# Showing that the mean of one number and its absolute val..

1. Oct 4, 2015

### astrololo

1. The problem statement, all variables and given/known data
I must prove that the mean of one number and its absolute value is superior or equal to 0 but inferior or equal to the absolute value of the number

2. Relevant equations
I must prove this by the method of case.

3. The attempt at a solution

I know that the first case is : x>=0 and the second x<0

But after that, I have no idea on how to do this....

2. Oct 4, 2015

### SammyS

Staff Emeritus
What are the cases you refer to ?

3. Oct 4, 2015

### astrololo

You mean you don't understand what the proof by case is ? I mean that to arrive to my result, I must begin x>=0 and the second case is x<0. After, I imagine there is some sort of addition that I Must do to obtain my final result.

4. Oct 4, 2015

### astrololo

Are you still here ? I think that I must do this : x<0 then absolute(x)=-x

and x>=0 then absolute(x)=x

5. Oct 4, 2015

### SammyS

Staff Emeritus

Case 1: x ≥ 0
If x ≥ 0, what is |x| ?

6. Oct 4, 2015

### astrololo

Then this means |x|=x

And if x<0 then this means |x|=-x

7. Oct 4, 2015

### SammyS

Staff Emeritus
Yes.
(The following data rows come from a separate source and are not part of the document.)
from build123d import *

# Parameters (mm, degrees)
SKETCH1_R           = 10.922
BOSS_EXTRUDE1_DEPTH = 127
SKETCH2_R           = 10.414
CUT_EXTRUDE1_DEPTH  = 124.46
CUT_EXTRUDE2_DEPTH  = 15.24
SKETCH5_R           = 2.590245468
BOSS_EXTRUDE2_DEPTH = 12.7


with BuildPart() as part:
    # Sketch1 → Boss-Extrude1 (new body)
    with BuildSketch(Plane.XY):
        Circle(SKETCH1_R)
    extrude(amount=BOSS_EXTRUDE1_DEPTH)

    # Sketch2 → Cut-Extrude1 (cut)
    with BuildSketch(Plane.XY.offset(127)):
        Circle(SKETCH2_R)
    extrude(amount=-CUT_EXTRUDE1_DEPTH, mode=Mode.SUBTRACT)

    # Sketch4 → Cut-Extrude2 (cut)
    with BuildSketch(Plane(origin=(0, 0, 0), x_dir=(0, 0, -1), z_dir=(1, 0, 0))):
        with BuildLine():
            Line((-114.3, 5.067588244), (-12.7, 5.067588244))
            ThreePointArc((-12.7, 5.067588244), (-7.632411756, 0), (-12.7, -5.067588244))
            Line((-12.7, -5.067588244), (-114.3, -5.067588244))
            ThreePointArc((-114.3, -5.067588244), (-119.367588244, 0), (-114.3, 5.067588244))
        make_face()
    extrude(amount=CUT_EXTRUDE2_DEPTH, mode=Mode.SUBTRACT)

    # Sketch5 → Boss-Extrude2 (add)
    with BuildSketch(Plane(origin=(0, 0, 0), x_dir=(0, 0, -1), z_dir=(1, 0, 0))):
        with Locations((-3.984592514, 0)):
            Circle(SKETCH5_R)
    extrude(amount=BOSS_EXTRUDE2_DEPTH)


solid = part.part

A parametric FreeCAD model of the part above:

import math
import FreeCAD as App
import Part
import Sketcher

V = App.Vector
Q = App.Units.Quantity

doc = App.newDocument("Part")
body = doc.addObject("PartDesign::Body", "Body")

# Sketch on XY plane
sketch1 = body.newObject("Sketcher::SketchObject", "Sketch")
sketch1.AttachmentSupport = (doc.getObject("XY_Plane"), [""])
sketch1.MapMode = "FlatFace"
sketch1.addGeometry(Part.Circle(V(0, 0, 0), V(0, 0, 1), 10.922), False)
sketch1.addConstraint(Sketcher.Constraint("Coincident", 0, 3, -1, 1))
sketch1.addConstraint(Sketcher.Constraint("Diameter", 0, Q("0.86 in")))
pad1 = body.newObject("PartDesign::Pad", "Pad")
pad1.Profile = sketch1
pad1.Length = Q("5 in")

# Sketch on XY plane
sketch2 = body.newObject("Sketcher::SketchObject", "Sketch001")
sketch2.AttachmentSupport = (doc.getObject("XY_Plane"), [""])
sketch2.MapMode = "FlatFace"
sketch2.AttachmentOffset = App.Placement(V(0, 0, 5 * 25.4), App.Rotation())
sketch2.addGeometry(Part.Circle(V(0, 0, 0), V(0, 0, 1), 10.414), False)
sketch2.addConstraint(Sketcher.Constraint("Coincident", 0, 3, -1, 1))
sketch2.addConstraint(Sketcher.Constraint("Diameter", 0, Q("0.82 in")))
pocket1 = body.newObject("PartDesign::Pocket", "Pocket")
pocket1.Profile = sketch2
pocket1.Length = Q("4.9 in")

# Sketch on YZ plane
sketch3 = body.newObject("Sketcher::SketchObject", "Sketch002")
sketch3.AttachmentSupport = (doc.getObject("YZ_Plane"), [""])
sketch3.MapMode = "FlatFace"
sketch3.addGeometry(Part.LineSegment(V(5.067588, 12.7, 0), V(5.067588, 114.3, 0)), False)
sketch3.addGeometry(Part.ArcOfCircle(Part.Circle(V(0, 114.3, 0), V(0, 0, 1), 5.067588), math.radians(0), math.radians(180)), False)
sketch3.addGeometry(Part.LineSegment(V(-5.067588, 114.3, 0), V(-5.067588, 12.7, 0)), False)
sketch3.addGeometry(Part.ArcOfCircle(Part.Circle(V(0, 12.7, 0), V(0, 0, 1), 5.067588), math.radians(180), math.radians(360)), False)
sketch3.addConstraint(Sketcher.Constraint("Tangent", 0, 2, 1, 1))
sketch3.addConstraint(Sketcher.Constraint("Tangent", 1, 2, 2, 1))
sketch3.addConstraint(Sketcher.Constraint("Tangent", 2, 2, 3, 1))
sketch3.addConstraint(Sketcher.Constraint("Tangent", 3, 2, 0, 1))
sketch3.addConstraint(Sketcher.Constraint("Vertical", 0))
sketch3.addConstraint(Sketcher.Constraint("Vertical", 2))
sketch3.addConstraint(Sketcher.Constraint("PointOnObject", 1, 3, -2))
sketch3.addConstraint(Sketcher.Constraint("DistanceY", 0, 1, 0, 2, Q("4 in")))
sketch3.addConstraint(Sketcher.Constraint("DistanceY", -1, 1, 1, 3, Q("4.5 in")))
sketch3.addConstraint(Sketcher.Constraint("Radius", 1, Q("5.067588 mm")))
pocket2 = body.newObject("PartDesign::Pocket", "Pocket001")
pocket2.Profile = sketch3
pocket2.Length = Q("0.6 in")
pocket2.Reversed = True

# Sketch on YZ plane
sketch4 = body.newObject("Sketcher::SketchObject", "Sketch003")
sketch4.AttachmentSupport = (doc.getObject("YZ_Plane"), [""])
sketch4.MapMode = "FlatFace"
sketch4.addGeometry(Part.Circle(V(0, 3.984593, 0), V(0, 0, 1), 2.590245), False)
sketch4.addConstraint(Sketcher.Constraint("PointOnObject", 0, 3, -2))
sketch4.addConstraint(Sketcher.Constraint("Diameter", 0, Q("5.180491 mm")))
sketch4.addConstraint(Sketcher.Constraint("DistanceY", -1, 1, 0, 3, Q("3.984593 mm")))
pad2 = body.newObject("PartDesign::Pad", "Pad001")
pad2.Profile = sketch4
pad2.Length = Q("0.5 in")

doc.recompute()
That's the way to start each part.

8. Oct 4, 2015

### astrololo

Yeah, I was able to understand this. Here is what I did after :

|x|=x add x on each side

|x|+x=2x

divide by 2

(|x|+x)/2=x

Case 2 :

|x|=-x

|x|+x=x-x

|x|+x=0

Multiply by 1/2 by each side.

(|x|+x)/2=0

Is this correct ?

9. Oct 4, 2015

### SammyS

Staff Emeritus
Yes.

10. Oct 4, 2015

### astrololo

Ok, I guess that I must use my x<=0 inequality and replace the x.

(|x|+x)/2<=0

11. Oct 5, 2015

### Ray Vickson

No. You were asked to prove that
$$0 \leq \frac{x+|x|}{2} \leq |x|$$
Note that this is "$\geq 0$", not "$\leq 0$", but, of course, they are the same thing when you actually have "$= 0$".